Looks like a great mower beer. When I add fruit to beer I usually juice or mash it up, add to mason jars and sous vide at 145 for around an hour. Never had an issue thus far. Recently won a home brewing competition in my area for a blood orange gose using real blood oranges. Cheers 🍻
So much coincidence.. I recently made a witbier with orange peels, and was planning to add orange juice or extract after the fermentation. I ended up not adding any extract or juice, but instead add acaccia honey and dry hop with 1oz Nelson Sauvign.. Now bottle conditioning.. I also made a Hop forward Grapefruit Rye PA with Azacca hops, dry hopped with 2oz Idaho7 and 2oz Mandarina Bavaria.. I let the Mandarina to stay 7 days in dry hop, which they say brings out more mandarin like aromas.. The final beer is a great tasting beer, with a very delicate grapefruit, mandarin, pineapple aroma.. I will play around with Mandarina maybe with a Mango IPA.. Should go with extract, maybe 0.5oz as you mentioned.. Shame on Olive Nation not sending you the coupon..
First of all - LOVE your channel. Big fan of your process and your videos. What I’m not a fan of is what I call the “Blue Moon Effect”, or forcing the slice of orange into wheat beers. I guess it does save bars a fortune in fruit costs! 😂
theapartmentbrewer i have a question to ask you how does this taste like blood orange 🍊 and wheat beer 🍺 is this recipe you came up with it or is this recipe been around from Canada 🇨🇦 #YSW I follow you 💯 from
@theapartmentbrewer, thanks for the video. I am leery of extracts since a lot of them have artificial ingredients. You can make an awesome natural extract by peeling mandarin oranges and soaking them in high proof spirits like Everclear for a few days. This extraction plus sugar and water gives you an awesome orange liquer. Use the grocery store mandarins that you can peel by hand and give you no bitter pith. Add a wee bit of liquor to your keg. Yes, the sugar will ferment and help carbonate your beer a little.

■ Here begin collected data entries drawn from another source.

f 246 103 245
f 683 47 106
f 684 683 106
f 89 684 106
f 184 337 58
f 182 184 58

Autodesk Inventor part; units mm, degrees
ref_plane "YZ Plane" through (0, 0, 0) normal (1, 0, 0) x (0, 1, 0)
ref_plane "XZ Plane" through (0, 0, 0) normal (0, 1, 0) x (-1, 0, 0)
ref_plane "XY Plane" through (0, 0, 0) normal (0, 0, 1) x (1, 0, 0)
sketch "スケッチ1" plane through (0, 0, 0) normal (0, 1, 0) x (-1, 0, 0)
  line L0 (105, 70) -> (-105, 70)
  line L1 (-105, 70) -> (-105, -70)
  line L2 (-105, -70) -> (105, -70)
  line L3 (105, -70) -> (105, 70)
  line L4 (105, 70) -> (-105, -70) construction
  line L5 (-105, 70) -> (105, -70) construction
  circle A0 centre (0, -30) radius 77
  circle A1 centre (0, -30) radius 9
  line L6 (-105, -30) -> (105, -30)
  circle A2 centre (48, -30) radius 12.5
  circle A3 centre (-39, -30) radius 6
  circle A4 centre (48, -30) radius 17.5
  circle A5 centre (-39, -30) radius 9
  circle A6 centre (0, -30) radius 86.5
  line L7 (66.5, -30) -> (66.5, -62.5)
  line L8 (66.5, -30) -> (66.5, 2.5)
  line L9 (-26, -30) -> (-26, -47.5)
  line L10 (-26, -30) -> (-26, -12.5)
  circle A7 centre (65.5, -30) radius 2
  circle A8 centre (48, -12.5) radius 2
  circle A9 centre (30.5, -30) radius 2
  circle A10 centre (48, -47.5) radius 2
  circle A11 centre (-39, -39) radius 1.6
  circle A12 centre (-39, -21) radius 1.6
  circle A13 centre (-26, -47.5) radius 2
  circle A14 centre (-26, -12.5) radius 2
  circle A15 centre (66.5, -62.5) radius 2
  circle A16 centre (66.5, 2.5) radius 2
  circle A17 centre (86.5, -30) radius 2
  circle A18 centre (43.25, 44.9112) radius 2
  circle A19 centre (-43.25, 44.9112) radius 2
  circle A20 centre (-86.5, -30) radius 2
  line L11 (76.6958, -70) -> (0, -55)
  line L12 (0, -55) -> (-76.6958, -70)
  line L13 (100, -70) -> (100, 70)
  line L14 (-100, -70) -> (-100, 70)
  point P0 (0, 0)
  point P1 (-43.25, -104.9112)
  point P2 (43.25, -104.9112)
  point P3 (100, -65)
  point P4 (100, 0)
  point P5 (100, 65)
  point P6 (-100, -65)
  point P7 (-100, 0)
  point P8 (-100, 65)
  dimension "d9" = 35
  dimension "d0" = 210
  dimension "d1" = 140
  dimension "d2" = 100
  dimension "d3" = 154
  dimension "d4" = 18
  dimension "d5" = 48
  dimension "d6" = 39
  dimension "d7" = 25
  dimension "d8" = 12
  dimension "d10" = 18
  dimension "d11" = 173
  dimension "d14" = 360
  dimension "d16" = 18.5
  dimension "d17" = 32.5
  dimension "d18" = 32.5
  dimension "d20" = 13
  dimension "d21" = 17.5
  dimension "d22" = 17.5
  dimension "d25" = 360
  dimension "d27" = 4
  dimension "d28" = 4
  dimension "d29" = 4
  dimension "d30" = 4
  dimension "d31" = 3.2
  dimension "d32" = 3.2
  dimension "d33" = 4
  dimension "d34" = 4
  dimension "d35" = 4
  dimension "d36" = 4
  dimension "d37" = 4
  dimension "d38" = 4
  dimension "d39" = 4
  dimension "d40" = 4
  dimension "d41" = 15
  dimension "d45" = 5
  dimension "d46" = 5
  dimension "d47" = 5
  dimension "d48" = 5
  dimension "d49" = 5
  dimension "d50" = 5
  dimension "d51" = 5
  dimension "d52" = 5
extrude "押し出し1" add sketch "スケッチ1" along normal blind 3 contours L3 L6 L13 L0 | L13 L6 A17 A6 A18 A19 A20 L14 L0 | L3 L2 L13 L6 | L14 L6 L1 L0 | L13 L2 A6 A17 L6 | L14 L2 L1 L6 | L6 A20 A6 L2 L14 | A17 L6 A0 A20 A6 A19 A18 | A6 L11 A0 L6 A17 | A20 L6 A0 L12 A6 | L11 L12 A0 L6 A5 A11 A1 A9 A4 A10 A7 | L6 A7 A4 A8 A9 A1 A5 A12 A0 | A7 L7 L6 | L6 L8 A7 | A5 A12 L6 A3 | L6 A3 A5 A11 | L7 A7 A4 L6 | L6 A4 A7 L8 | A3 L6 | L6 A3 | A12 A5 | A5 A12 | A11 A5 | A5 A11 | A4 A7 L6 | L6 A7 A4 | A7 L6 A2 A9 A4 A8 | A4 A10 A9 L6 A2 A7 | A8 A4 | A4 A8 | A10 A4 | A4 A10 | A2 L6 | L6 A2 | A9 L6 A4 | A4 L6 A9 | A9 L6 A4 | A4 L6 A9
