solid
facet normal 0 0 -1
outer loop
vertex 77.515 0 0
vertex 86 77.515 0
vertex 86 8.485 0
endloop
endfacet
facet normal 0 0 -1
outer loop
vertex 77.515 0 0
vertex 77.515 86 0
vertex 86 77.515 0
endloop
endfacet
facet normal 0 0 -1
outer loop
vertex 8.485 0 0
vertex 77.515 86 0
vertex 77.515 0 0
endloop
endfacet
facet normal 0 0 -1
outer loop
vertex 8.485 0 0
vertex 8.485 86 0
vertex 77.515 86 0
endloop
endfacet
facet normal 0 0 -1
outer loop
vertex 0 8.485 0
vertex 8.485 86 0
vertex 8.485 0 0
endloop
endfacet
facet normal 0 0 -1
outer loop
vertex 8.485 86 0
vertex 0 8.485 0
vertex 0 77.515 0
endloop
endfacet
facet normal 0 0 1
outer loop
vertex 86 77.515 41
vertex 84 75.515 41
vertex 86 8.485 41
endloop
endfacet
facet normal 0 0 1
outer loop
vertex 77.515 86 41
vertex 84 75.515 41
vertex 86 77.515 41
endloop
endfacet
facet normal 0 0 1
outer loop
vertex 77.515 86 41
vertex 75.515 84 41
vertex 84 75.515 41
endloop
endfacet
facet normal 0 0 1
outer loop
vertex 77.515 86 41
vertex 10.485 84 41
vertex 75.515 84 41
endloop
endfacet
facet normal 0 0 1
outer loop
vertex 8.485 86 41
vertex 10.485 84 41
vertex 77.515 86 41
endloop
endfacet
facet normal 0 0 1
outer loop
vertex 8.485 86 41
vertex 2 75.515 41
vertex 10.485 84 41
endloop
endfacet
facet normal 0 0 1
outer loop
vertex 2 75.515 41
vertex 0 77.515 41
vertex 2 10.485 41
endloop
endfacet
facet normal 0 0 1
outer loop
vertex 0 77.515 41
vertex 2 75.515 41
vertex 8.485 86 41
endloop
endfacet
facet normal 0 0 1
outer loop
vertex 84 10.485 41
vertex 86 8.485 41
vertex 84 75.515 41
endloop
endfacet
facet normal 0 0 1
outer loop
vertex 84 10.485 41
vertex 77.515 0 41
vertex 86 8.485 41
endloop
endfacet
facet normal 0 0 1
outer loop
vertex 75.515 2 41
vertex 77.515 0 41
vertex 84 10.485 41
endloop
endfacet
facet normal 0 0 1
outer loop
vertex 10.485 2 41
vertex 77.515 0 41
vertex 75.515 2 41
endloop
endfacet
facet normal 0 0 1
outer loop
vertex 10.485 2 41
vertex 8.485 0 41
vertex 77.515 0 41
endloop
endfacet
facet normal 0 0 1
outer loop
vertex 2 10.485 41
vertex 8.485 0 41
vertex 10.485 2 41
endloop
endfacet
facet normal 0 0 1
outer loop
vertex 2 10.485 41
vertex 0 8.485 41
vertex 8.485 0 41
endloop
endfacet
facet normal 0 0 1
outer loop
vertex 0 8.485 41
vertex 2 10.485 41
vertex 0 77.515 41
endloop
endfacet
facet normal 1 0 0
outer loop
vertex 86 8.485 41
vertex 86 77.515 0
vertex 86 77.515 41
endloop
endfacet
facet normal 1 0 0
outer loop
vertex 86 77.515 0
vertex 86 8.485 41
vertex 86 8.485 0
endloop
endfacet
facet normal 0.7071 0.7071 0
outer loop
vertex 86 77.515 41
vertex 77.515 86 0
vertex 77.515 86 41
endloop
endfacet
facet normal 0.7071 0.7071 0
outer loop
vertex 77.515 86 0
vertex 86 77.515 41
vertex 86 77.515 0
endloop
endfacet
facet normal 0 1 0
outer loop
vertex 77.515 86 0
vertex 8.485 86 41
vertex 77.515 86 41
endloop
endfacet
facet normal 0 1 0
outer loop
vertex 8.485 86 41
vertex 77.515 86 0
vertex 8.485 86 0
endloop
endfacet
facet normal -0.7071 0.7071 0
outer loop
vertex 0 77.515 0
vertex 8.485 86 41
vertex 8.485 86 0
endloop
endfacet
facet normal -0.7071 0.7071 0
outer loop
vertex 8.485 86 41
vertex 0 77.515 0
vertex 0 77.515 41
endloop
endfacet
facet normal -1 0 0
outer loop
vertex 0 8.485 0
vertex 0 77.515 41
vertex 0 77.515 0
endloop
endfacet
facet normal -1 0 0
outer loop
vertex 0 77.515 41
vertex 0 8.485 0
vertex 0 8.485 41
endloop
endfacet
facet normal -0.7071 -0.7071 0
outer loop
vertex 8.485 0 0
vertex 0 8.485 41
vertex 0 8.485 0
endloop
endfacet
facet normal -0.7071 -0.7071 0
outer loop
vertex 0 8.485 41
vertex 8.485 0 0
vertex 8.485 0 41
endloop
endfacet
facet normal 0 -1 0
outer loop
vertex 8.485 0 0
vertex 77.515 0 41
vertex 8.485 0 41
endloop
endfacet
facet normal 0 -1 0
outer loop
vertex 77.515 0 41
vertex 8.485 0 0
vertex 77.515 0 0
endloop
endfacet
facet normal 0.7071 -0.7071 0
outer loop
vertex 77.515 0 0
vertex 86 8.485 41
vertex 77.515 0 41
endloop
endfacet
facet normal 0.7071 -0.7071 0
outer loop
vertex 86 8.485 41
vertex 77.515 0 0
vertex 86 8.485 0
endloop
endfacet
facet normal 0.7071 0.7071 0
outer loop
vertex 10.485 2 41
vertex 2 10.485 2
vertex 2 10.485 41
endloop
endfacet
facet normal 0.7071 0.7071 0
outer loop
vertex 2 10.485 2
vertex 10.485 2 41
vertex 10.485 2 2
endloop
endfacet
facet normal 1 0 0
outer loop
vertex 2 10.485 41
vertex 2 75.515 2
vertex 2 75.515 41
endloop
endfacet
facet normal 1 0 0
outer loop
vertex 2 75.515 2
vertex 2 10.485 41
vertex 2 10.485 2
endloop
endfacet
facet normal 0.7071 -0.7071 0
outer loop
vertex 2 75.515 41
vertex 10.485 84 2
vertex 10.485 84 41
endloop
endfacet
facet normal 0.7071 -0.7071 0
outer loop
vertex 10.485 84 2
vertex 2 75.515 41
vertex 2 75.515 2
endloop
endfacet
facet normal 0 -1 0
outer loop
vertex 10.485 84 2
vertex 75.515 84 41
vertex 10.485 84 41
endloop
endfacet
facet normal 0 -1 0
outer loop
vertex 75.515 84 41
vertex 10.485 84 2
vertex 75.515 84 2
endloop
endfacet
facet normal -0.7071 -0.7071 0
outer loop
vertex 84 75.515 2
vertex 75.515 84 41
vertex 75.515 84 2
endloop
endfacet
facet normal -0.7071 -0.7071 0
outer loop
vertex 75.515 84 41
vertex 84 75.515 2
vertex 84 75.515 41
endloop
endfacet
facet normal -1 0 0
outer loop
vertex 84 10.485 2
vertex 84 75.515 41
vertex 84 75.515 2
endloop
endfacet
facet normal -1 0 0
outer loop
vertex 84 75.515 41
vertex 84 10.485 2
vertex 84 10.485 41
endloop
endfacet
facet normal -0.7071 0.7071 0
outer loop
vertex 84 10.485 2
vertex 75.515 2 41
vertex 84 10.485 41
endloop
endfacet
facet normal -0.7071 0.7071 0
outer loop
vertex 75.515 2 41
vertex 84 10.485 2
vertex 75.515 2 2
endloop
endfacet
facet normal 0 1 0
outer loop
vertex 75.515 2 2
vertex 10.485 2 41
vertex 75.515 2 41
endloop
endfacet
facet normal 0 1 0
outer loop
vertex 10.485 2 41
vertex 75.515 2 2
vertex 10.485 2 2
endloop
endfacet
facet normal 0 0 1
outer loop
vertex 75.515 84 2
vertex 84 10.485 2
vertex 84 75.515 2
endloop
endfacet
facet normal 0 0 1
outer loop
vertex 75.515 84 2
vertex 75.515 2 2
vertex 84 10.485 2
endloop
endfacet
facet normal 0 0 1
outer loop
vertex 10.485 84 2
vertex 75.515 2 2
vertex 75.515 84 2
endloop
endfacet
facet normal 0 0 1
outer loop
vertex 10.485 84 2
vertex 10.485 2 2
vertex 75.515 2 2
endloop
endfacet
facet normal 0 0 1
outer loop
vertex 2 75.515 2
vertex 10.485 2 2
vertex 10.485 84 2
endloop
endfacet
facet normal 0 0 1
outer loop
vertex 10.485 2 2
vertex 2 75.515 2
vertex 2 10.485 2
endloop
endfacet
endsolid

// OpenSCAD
// The length of the individual bin/tray.
$length = 86;

// The depth (width really) of the bin/tray.
$depth = 86;

// The height as a percentage of the total available depth of the bin it will be inserted into.
$heightPct = 50; // [20:100]

// The thickness of the outter walls.
$wallThickness = 2; // [2:10]

// The thickness of the bottom.
$bottomThickness = 2; // [2:10]

// The chamfer size on the left side of the box.
$leftChamfer = 12; // [0:14]

// The chamfer size on the right side of the box.
$rightChamfer = 12; // [0:14]

{} // Below this are not customizable parameters

generateTrayPct($length, $depth, $heightPct, $wallThickness, $bottomThickness, $leftChamfer, $rightChamfer);

module generateTrayPct(length, depth, heightPct, wallThickness, bottomThickness, leftChamfer, rightChamfer) {
    $height = 82 * heightPct * 0.01;
    generateTray(length, depth, $height, wallThickness, bottomThickness, leftChamfer, rightChamfer);
}

module generateTray(length, depth, height, wallThickness, bottomThickness, leftChamfer, rightChamfer) {
    $leftChamferTriangleSide = sqrt(pow(leftChamfer,2)/2);
    $rightChamferTriangleSide = sqrt(pow(rightChamfer,2)/2);

    // Outer polygon
    outer_points = [
        [$leftChamferTriangleSide,0], 
        [length-$rightChamferTriangleSide,0], 
        [length, $rightChamferTriangleSide],
        [length, depth-$rightChamferTriangleSide],
        [length - $rightChamferTriangleSide, depth],
        [$leftChamferTriangleSide,depth],
        [0,depth-$leftChamferTriangleSide],
        [0, $leftChamferTriangleSide]
    ];

    // Inner polygon
    inner_points = [
        [$leftChamferTriangleSide + wallThickness, wallThickness], 
        [length - $rightChamferTriangleSide - wallThickness, wallThickness], 
        [length - wallThickness, $rightChamferTriangleSide + wallThickness],
        [length - wallThickness, depth - $rightChamferTriangleSide - wallThickness],
        [length - $rightChamferTriangleSide - wallThickness, depth - wallThickness],
        [$leftChamferTriangleSide + wallThickness, depth - wallThickness],
        [wallThickness, depth - $leftChamferTriangleSide - wallThickness],
        [wallThickness, $leftChamferTriangleSide + wallThickness]
    ];

    // Create the hollow shape and extrude it
    color("green")
    linear_extrude(height = height)
    difference() {
            polygon(points = outer_points);
            polygon(points = inner_points);
    }

    // Add a solid base
    color("red")
    linear_extrude(height = bottomThickness)
    polygon(points = outer_points);
}
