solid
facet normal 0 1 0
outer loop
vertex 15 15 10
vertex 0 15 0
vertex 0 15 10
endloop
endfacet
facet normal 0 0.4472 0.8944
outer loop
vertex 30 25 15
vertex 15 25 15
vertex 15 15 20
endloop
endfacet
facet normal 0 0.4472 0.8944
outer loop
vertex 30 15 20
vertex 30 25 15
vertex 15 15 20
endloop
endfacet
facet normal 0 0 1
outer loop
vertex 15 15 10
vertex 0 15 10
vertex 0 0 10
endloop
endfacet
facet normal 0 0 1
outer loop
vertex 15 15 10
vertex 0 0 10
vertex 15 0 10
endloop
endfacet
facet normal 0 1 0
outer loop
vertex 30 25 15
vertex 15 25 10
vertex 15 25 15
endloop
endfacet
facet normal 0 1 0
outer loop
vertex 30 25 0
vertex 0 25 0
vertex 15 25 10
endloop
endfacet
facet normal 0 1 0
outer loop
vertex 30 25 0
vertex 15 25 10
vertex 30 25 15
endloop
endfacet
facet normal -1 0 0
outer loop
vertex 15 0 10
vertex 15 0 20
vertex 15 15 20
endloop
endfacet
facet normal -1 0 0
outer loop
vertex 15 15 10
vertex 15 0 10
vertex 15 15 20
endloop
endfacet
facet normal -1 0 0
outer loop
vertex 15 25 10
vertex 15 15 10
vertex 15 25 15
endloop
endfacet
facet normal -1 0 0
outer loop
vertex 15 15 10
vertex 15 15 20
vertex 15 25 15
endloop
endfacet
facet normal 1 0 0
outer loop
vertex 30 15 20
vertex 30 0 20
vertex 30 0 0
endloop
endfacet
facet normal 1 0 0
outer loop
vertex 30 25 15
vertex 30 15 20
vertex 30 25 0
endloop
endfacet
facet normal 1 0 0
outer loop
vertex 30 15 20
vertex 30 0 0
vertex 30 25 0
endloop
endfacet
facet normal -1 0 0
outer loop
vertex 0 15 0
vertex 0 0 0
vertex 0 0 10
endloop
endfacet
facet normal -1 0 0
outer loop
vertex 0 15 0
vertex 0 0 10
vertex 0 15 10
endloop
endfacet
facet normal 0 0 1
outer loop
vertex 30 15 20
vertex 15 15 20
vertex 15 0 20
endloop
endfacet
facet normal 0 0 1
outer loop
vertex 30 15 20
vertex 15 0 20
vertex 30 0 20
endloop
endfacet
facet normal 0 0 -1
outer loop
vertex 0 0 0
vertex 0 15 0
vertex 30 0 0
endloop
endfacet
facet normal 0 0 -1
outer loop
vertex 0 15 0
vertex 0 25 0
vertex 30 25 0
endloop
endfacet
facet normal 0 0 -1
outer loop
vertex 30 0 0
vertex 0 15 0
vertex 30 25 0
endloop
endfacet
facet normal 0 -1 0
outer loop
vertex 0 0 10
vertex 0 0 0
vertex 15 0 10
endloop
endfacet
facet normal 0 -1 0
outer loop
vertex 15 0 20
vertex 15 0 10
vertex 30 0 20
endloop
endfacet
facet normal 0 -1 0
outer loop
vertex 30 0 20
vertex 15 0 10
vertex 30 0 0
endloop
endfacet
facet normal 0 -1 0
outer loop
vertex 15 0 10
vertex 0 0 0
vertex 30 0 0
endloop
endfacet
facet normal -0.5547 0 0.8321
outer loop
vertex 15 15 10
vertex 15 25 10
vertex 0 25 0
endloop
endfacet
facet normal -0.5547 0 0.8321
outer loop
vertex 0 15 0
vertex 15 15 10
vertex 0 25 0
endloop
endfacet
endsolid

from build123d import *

# Parameters (mm, degrees)
SKETCH1_W           = 30
SKETCH1_H           = 25
BOSS_EXTRUDE1_DEPTH = 20
SKETCH2_W           = 15
SKETCH2_H           = 25
CUT_EXTRUDE1_DEPTH  = 10
CUT_EXTRUDE2_DEPTH  = 20
CUT_EXTRUDE3_DEPTH  = 10


with BuildPart() as part:
    # Sketch1 → Boss-Extrude1 (new body)
    with BuildSketch(Plane.XY):
        with Locations((15, 12.5)):
            Rectangle(SKETCH1_W, SKETCH1_H)
    extrude(amount=BOSS_EXTRUDE1_DEPTH)

    # Sketch2 → Cut-Extrude1 (cut)
    with BuildSketch(Plane.XY.offset(20)):
        with Locations((7.5, 12.5)):
            Rectangle(SKETCH2_W, SKETCH2_H)
    extrude(amount=-CUT_EXTRUDE1_DEPTH, mode=Mode.SUBTRACT)

    # Sketch3 → Cut-Extrude2 (cut)
    with BuildSketch(Plane.ZY.offset(-15)):
        Polygon((15, 25), (20, 15), (20, 25), align=None)
    extrude(amount=-CUT_EXTRUDE2_DEPTH, mode=Mode.SUBTRACT)

    # Sketch4 → Cut-Extrude3 (cut)
    with BuildSketch(Plane(origin=(0, 25, 0), x_dir=(1, 0, 0), z_dir=(0, 1, 0))):
        Polygon((15, -10), (0, 0), (0, -10), align=None)
    extrude(amount=-CUT_EXTRUDE3_DEPTH, mode=Mode.SUBTRACT)


solid = part.part
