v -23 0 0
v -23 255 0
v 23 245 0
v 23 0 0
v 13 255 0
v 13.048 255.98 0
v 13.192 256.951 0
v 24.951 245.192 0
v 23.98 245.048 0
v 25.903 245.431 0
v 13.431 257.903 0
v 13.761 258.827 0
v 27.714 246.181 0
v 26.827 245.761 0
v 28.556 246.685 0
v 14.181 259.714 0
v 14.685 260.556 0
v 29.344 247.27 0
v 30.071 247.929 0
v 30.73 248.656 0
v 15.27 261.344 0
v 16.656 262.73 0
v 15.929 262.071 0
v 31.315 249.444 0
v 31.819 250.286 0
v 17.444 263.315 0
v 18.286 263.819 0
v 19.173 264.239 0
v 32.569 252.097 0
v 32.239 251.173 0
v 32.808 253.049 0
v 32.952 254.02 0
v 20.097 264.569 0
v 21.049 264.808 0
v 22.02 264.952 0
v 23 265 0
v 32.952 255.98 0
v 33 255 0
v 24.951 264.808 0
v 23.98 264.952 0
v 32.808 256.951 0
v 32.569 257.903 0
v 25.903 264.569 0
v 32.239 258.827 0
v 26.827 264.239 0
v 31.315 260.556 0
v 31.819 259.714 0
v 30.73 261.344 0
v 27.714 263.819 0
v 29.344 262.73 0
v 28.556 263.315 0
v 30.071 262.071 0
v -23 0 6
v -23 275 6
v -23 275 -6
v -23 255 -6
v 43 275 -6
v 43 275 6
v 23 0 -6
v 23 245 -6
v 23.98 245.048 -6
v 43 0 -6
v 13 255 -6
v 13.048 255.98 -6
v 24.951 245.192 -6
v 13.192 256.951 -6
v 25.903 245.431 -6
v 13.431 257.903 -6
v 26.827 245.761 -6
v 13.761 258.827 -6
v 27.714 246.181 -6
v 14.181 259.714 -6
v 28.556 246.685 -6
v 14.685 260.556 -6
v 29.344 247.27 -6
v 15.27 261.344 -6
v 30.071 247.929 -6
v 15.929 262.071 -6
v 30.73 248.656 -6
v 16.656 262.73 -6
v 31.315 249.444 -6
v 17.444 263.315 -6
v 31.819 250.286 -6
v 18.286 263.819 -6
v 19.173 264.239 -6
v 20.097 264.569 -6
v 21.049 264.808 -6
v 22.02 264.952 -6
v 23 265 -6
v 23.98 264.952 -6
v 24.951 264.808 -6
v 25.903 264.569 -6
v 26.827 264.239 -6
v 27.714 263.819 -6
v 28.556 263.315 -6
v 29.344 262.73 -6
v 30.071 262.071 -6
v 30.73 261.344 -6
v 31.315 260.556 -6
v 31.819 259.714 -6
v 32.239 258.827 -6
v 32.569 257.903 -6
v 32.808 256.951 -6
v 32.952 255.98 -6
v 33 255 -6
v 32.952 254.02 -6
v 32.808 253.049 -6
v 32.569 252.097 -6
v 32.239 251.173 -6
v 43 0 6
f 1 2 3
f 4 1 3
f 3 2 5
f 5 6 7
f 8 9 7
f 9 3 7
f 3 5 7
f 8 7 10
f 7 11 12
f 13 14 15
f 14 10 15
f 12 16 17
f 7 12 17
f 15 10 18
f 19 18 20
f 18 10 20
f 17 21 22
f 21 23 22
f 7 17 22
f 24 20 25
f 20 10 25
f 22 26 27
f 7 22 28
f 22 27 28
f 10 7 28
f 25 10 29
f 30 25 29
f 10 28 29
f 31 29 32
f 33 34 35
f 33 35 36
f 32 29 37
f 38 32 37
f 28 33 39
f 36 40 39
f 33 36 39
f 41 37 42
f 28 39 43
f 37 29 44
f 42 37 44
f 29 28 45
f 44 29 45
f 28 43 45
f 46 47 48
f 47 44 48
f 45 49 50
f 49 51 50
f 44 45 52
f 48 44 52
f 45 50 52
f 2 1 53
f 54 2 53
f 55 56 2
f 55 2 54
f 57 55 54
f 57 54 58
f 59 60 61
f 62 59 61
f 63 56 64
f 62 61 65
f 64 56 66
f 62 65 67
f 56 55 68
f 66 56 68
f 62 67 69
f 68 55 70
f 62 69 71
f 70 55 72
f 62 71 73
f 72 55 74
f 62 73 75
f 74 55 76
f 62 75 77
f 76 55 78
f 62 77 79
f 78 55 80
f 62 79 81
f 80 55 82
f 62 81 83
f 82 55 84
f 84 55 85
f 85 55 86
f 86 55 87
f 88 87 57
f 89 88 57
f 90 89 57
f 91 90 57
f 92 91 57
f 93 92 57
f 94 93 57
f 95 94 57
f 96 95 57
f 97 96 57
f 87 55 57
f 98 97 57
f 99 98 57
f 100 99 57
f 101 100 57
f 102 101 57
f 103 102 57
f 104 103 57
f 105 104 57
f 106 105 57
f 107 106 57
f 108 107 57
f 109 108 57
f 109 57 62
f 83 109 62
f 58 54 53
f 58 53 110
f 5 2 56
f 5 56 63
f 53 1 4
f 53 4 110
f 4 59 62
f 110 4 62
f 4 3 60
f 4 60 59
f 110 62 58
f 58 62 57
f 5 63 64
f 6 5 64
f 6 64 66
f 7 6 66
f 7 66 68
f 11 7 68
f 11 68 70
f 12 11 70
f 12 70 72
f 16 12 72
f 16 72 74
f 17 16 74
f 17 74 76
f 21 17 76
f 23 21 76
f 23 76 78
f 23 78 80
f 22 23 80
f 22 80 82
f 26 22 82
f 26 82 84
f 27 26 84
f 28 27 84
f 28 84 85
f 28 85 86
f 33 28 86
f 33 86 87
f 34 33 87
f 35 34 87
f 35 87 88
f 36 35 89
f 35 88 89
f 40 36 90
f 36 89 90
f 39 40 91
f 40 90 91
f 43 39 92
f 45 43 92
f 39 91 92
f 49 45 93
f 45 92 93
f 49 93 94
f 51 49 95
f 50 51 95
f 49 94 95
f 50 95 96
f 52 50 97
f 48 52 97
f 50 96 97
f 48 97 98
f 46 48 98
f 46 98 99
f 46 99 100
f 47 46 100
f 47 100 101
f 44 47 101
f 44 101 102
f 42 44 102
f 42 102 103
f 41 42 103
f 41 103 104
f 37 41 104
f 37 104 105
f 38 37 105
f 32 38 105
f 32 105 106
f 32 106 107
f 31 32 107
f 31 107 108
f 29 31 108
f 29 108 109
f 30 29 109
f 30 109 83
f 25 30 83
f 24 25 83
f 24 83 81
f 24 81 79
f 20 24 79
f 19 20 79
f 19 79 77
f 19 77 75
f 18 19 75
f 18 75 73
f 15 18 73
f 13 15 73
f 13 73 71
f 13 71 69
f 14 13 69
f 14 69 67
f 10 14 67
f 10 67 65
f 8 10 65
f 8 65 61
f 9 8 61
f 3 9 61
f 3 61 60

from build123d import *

# Parameters (mm, degrees)
BOSS_EXTRUDE1_DEPTH = 6
SKETCH2_W           = 66
SKETCH2_H           = 275
BOSS_EXTRUDE2_DEPTH = 6
SKETCH3_R           = 10
CUT_EXTRUDE1_DEPTH  = 6


with BuildPart() as part:
    # Sketch1 → Boss-Extrude1 (new body)
    with BuildSketch(Plane.XY):
        Polygon((23, 255), (23, 0), (43, 0), (43, 275), (-23, 275), (-23, 255), align=None)
    extrude(amount=-BOSS_EXTRUDE1_DEPTH)

    # Sketch2 → Boss-Extrude2 (add)
    with BuildSketch(Plane.XY):
        with Locations((10, 137.5)):
            Rectangle(SKETCH2_W, SKETCH2_H)
    extrude(amount=BOSS_EXTRUDE2_DEPTH)

    # Sketch3 → Cut-Extrude1 (cut)
    with BuildSketch(Plane(origin=(0, 0, -6), x_dir=(-1, 0, 0), z_dir=(0, 0, -1))):
        with Locations((-23, 255)):
            Circle(SKETCH3_R)
    extrude(amount=-CUT_EXTRUDE1_DEPTH, mode=Mode.SUBTRACT)


solid = part.part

Your experience with Mandarina Bavaria was quite different than mine. Pre-Covid, a fellow homebrew club member and I did a "new" German hop sampler test for our club. We split a pale ale base wort into three boil kettles, did a 10-minute sanitation boil, then added a single 30-minute flameout addition of Ariana, Halertau Blanc, and Mandarina Bavaria in each. Everyone in the club got a blind sample of each along with a descriptor sheet to try to match them up. The MB was the least liked by pretty much everyone at the meeting. Obviously a different use of the hop than yours, so maybe that comes into play.
I went to Gloucester, MA a few times last year (Grew up there, Threw up in Denver) They banned menthol in MA. So we would drive to NH to buy. Also went there. I think it was called Border fireworks (all fireworks are also illegal in MA) Spent about $500 on fireworks last July haha NH is great!
Sadly fireworks are illegal by town ordinance where I live... which is stupid. But I otherwise love it. Gloucester is one of my favorite places in mass!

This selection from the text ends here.